▶ _Your instructions_: What do the lines say, reproduced word for word, from the first of the entries below through the line bearing "# Ø3.7 (3.7) Diameter Hole1"?

(Dataset records)
◆ ◆ ◆

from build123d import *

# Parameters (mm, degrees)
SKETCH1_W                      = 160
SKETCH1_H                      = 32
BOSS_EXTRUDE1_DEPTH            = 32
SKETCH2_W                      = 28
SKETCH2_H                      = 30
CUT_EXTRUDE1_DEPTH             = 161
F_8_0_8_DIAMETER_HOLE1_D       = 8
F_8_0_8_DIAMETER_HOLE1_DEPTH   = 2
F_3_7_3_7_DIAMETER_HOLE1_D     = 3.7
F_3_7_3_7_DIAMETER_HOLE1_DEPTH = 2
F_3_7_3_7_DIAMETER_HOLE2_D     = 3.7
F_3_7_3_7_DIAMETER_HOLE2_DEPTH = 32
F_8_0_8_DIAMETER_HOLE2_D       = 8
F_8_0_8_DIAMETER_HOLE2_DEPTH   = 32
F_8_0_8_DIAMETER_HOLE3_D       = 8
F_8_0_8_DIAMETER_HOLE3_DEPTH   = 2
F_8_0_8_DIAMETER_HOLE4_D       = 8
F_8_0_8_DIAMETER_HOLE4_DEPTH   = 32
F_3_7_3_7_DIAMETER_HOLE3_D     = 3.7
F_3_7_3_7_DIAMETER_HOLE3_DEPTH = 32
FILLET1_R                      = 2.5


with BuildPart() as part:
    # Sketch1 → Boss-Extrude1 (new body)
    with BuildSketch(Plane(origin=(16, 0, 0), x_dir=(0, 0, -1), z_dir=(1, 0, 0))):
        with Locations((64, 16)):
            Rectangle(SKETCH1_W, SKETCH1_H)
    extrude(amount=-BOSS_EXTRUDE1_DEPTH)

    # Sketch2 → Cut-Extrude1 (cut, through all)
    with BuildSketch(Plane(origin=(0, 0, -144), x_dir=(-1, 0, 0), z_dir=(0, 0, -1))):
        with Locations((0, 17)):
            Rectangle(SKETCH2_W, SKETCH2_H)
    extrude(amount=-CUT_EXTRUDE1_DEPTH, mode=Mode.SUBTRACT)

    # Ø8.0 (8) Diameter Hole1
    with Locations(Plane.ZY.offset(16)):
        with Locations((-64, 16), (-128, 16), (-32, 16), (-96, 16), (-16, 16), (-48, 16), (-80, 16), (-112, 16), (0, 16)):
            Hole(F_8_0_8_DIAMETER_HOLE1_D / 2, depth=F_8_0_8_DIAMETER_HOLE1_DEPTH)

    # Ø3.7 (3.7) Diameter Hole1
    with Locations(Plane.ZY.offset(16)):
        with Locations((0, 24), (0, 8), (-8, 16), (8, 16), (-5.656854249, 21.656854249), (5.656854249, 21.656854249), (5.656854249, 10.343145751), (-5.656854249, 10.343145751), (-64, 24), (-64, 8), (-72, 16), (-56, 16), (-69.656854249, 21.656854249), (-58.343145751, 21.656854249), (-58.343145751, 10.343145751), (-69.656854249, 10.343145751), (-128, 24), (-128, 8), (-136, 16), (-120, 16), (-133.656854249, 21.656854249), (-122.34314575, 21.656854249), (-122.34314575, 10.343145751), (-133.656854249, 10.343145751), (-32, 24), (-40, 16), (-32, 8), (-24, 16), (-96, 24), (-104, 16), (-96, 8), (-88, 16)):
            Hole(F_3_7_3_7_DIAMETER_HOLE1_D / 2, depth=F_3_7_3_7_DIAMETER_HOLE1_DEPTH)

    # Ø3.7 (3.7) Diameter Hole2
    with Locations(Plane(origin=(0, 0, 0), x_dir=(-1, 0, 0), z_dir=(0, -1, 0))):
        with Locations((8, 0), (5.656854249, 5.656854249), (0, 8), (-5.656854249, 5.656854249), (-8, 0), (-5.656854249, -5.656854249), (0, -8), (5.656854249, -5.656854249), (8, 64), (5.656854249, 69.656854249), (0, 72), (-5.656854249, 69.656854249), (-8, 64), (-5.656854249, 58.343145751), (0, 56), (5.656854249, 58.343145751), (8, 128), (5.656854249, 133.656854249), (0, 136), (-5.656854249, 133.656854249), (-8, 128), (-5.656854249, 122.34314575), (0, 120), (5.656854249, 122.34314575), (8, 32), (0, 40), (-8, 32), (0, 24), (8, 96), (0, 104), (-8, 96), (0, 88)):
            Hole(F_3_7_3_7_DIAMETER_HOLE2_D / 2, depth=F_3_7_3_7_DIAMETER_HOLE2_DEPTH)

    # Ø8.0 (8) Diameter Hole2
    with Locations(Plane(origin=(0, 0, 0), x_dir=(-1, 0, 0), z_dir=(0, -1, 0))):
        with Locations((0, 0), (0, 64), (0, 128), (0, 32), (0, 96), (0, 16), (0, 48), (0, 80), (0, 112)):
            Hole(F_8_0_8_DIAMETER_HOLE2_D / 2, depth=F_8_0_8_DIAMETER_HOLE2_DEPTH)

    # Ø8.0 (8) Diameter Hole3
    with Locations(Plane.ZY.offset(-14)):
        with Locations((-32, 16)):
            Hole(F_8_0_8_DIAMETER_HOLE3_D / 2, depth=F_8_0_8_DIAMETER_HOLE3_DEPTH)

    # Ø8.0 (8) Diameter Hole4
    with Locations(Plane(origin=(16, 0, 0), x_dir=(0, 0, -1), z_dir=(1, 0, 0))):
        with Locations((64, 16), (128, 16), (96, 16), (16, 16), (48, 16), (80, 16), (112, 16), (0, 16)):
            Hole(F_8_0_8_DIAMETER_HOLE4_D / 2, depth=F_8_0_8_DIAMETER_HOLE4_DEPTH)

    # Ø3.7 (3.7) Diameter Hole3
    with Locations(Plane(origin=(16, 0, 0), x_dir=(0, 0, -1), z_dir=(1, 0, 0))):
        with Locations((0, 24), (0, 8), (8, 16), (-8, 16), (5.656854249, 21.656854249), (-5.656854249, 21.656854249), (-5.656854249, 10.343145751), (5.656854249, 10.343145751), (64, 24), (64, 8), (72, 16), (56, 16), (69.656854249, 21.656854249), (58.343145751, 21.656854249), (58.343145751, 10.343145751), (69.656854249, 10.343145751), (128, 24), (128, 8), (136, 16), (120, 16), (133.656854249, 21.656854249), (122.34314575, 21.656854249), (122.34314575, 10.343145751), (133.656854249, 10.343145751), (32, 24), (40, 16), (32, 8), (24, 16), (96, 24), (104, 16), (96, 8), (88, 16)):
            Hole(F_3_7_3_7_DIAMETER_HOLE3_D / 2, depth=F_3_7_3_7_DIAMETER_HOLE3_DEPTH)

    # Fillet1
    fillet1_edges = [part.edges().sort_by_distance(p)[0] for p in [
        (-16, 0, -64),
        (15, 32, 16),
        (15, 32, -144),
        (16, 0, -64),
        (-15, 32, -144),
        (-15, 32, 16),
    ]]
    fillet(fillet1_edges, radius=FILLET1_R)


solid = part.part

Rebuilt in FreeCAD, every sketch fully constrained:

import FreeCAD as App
import Part
import Sketcher

V = App.Vector


def edges_at(feature, points):
    """Names of the edges that pass closest to the given points."""
    edges = feature.Shape.Edges
    near = lambda p: min(range(len(edges)), key=lambda i: edges[i].distToShape(Part.Vertex(*p))[0])
    return sorted({f"Edge{near(p) + 1}" for p in points})

doc = App.newDocument("Part")
body = doc.addObject("PartDesign::Body", "Body")

# Sketch on YZ plane
sketch1 = body.newObject("Sketcher::SketchObject", "Sketch")
sketch1.AttachmentSupport = (doc.getObject("YZ_Plane"), [""])
sketch1.MapMode = "FlatFace"
sketch1.AttachmentOffset = App.Placement(V(0, 0, 16), App.Rotation())
sketch1.addGeometry(Part.LineSegment(V(32, 16, 0), V(0, 16, 0)), False)
sketch1.addGeometry(Part.LineSegment(V(0, 16, 0), V(0, -144, 0)), False)
sketch1.addGeometry(Part.LineSegment(V(0, -144, 0), V(32, -144, 0)), False)
sketch1.addGeometry(Part.LineSegment(V(32, -144, 0), V(32, 16, 0)), False)
sketch1.addConstraint(Sketcher.Constraint("Coincident", 0, 2, 1, 1))
sketch1.addConstraint(Sketcher.Constraint("Coincident", 1, 2, 2, 1))
sketch1.addConstraint(Sketcher.Constraint("Coincident", 2, 2, 3, 1))
sketch1.addConstraint(Sketcher.Constraint("Coincident", 3, 2, 0, 1))
sketch1.addConstraint(Sketcher.Constraint("Horizontal", 0))
sketch1.addConstraint(Sketcher.Constraint("Vertical", 1))
sketch1.addConstraint(Sketcher.Constraint("Horizontal", 2))
sketch1.addConstraint(Sketcher.Constraint("Vertical", 3))
sketch1.addConstraint(Sketcher.Constraint("PointOnObject", 0, 2, -2))
sketch1.addConstraint(Sketcher.Constraint("DistanceX", 0, 2, 0, 1, 32.0))
sketch1.addConstraint(Sketcher.Constraint("DistanceY", 1, 2, 1, 1, 160.0))
sketch1.addConstraint(Sketcher.Constraint("DistanceY", -1, 1, 0, 2, 16.0))
pad1 = body.newObject("PartDesign::Pad", "Pad")
pad1.Profile = sketch1
pad1.Length = 32
pad1.Reversed = True

# Sketch on XY plane
sketch2 = body.newObject("Sketcher::SketchObject", "Sketch001")
sketch2.AttachmentSupport = (doc.getObject("XY_Plane"), [""])
sketch2.MapMode = "FlatFace"
sketch2.AttachmentOffset = App.Placement(V(0, 0, -144), App.Rotation())
sketch2.addGeometry(Part.LineSegment(V(14, 32, 0), V(14, 2, 0)), False)
sketch2.addGeometry(Part.LineSegment(V(14, 2, 0), V(-14, 2, 0)), False)
sketch2.addGeometry(Part.LineSegment(V(-14, 2, 0), V(-14, 32, 0)), False)
sketch2.addGeometry(Part.LineSegment(V(-14, 32, 0), V(14, 32, 0)), False)
sketch2.addConstraint(Sketcher.Constraint("Coincident", 0, 2, 1, 1))
sketch2.addConstraint(Sketcher.Constraint("Coincident", 1, 2, 2, 1))
sketch2.addConstraint(Sketcher.Constraint("Coincident", 2, 2, 3, 1))
sketch2.addConstraint(Sketcher.Constraint("Coincident", 3, 2, 0, 1))
sketch2.addConstraint(Sketcher.Constraint("Vertical", 0))
sketch2.addConstraint(Sketcher.Constraint("Horizontal", 1))
sketch2.addConstraint(Sketcher.Constraint("Vertical", 2))
sketch2.addConstraint(Sketcher.Constraint("Horizontal", 3))
sketch2.addConstraint(Sketcher.Constraint("DistanceX", 1, 2, 1, 1, 28.0))
sketch2.addConstraint(Sketcher.Constraint("DistanceY", 0, 2, 0, 1, 30.0))
sketch2.addConstraint(Sketcher.Constraint("DistanceX", -1, 1, 0, 2, 14.0))
sketch2.addConstraint(Sketcher.Constraint("DistanceY", -1, 1, 0, 2, 2.0))
pocket1 = body.newObject("PartDesign::Pocket", "Pocket")
pocket1.Profile = sketch2
pocket1.Type = "ThroughAll"
pocket1.Reversed = True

◆ ◆ ◆

▶ _Result_:
from build123d import *

# Parameters (mm, degrees)
SKETCH1_W                      = 160
SKETCH1_H                      = 32
BOSS_EXTRUDE1_DEPTH            = 32
SKETCH2_W                      = 28
SKETCH2_H                      = 30
CUT_EXTRUDE1_DEPTH             = 161
F_8_0_8_DIAMETER_HOLE1_D       = 8
F_8_0_8_DIAMETER_HOLE1_DEPTH   = 2
F_3_7_3_7_DIAMETER_HOLE1_D     = 3.7
F_3_7_3_7_DIAMETER_HOLE1_DEPTH = 2
F_3_7_3_7_DIAMETER_HOLE2_D     = 3.7
F_3_7_3_7_DIAMETER_HOLE2_DEPTH = 32
F_8_0_8_DIAMETER_HOLE2_D       = 8
F_8_0_8_DIAMETER_HOLE2_DEPTH   = 32
F_8_0_8_DIAMETER_HOLE3_D       = 8
F_8_0_8_DIAMETER_HOLE3_DEPTH   = 2
F_8_0_8_DIAMETER_HOLE4_D       = 8
F_8_0_8_DIAMETER_HOLE4_DEPTH   = 32
F_3_7_3_7_DIAMETER_HOLE3_D     = 3.7
F_3_7_3_7_DIAMETER_HOLE3_DEPTH = 32
FILLET1_R                      = 2.5


with BuildPart() as part:
    # Sketch1 → Boss-Extrude1 (new body)
    with BuildSketch(Plane(origin=(16, 0, 0), x_dir=(0, 0, -1), z_dir=(1, 0, 0))):
        with Locations((64, 16)):
            Rectangle(SKETCH1_W, SKETCH1_H)
    extrude(amount=-BOSS_EXTRUDE1_DEPTH)

    # Sketch2 → Cut-Extrude1 (cut, through all)
    with BuildSketch(Plane(origin=(0, 0, -144), x_dir=(-1, 0, 0), z_dir=(0, 0, -1))):
        with Locations((0, 17)):
            Rectangle(SKETCH2_W, SKETCH2_H)
    extrude(amount=-CUT_EXTRUDE1_DEPTH, mode=Mode.SUBTRACT)

    # Ø8.0 (8) Diameter Hole1
    with Locations(Plane.ZY.offset(16)):
        with Locations((-64, 16), (-128, 16), (-32, 16), (-96, 16), (-16, 16), (-48, 16), (-80, 16), (-112, 16), (0, 16)):
            Hole(F_8_0_8_DIAMETER_HOLE1_D / 2, depth=F_8_0_8_DIAMETER_HOLE1_DEPTH)

    # Ø3.7 (3.7) Diameter Hole1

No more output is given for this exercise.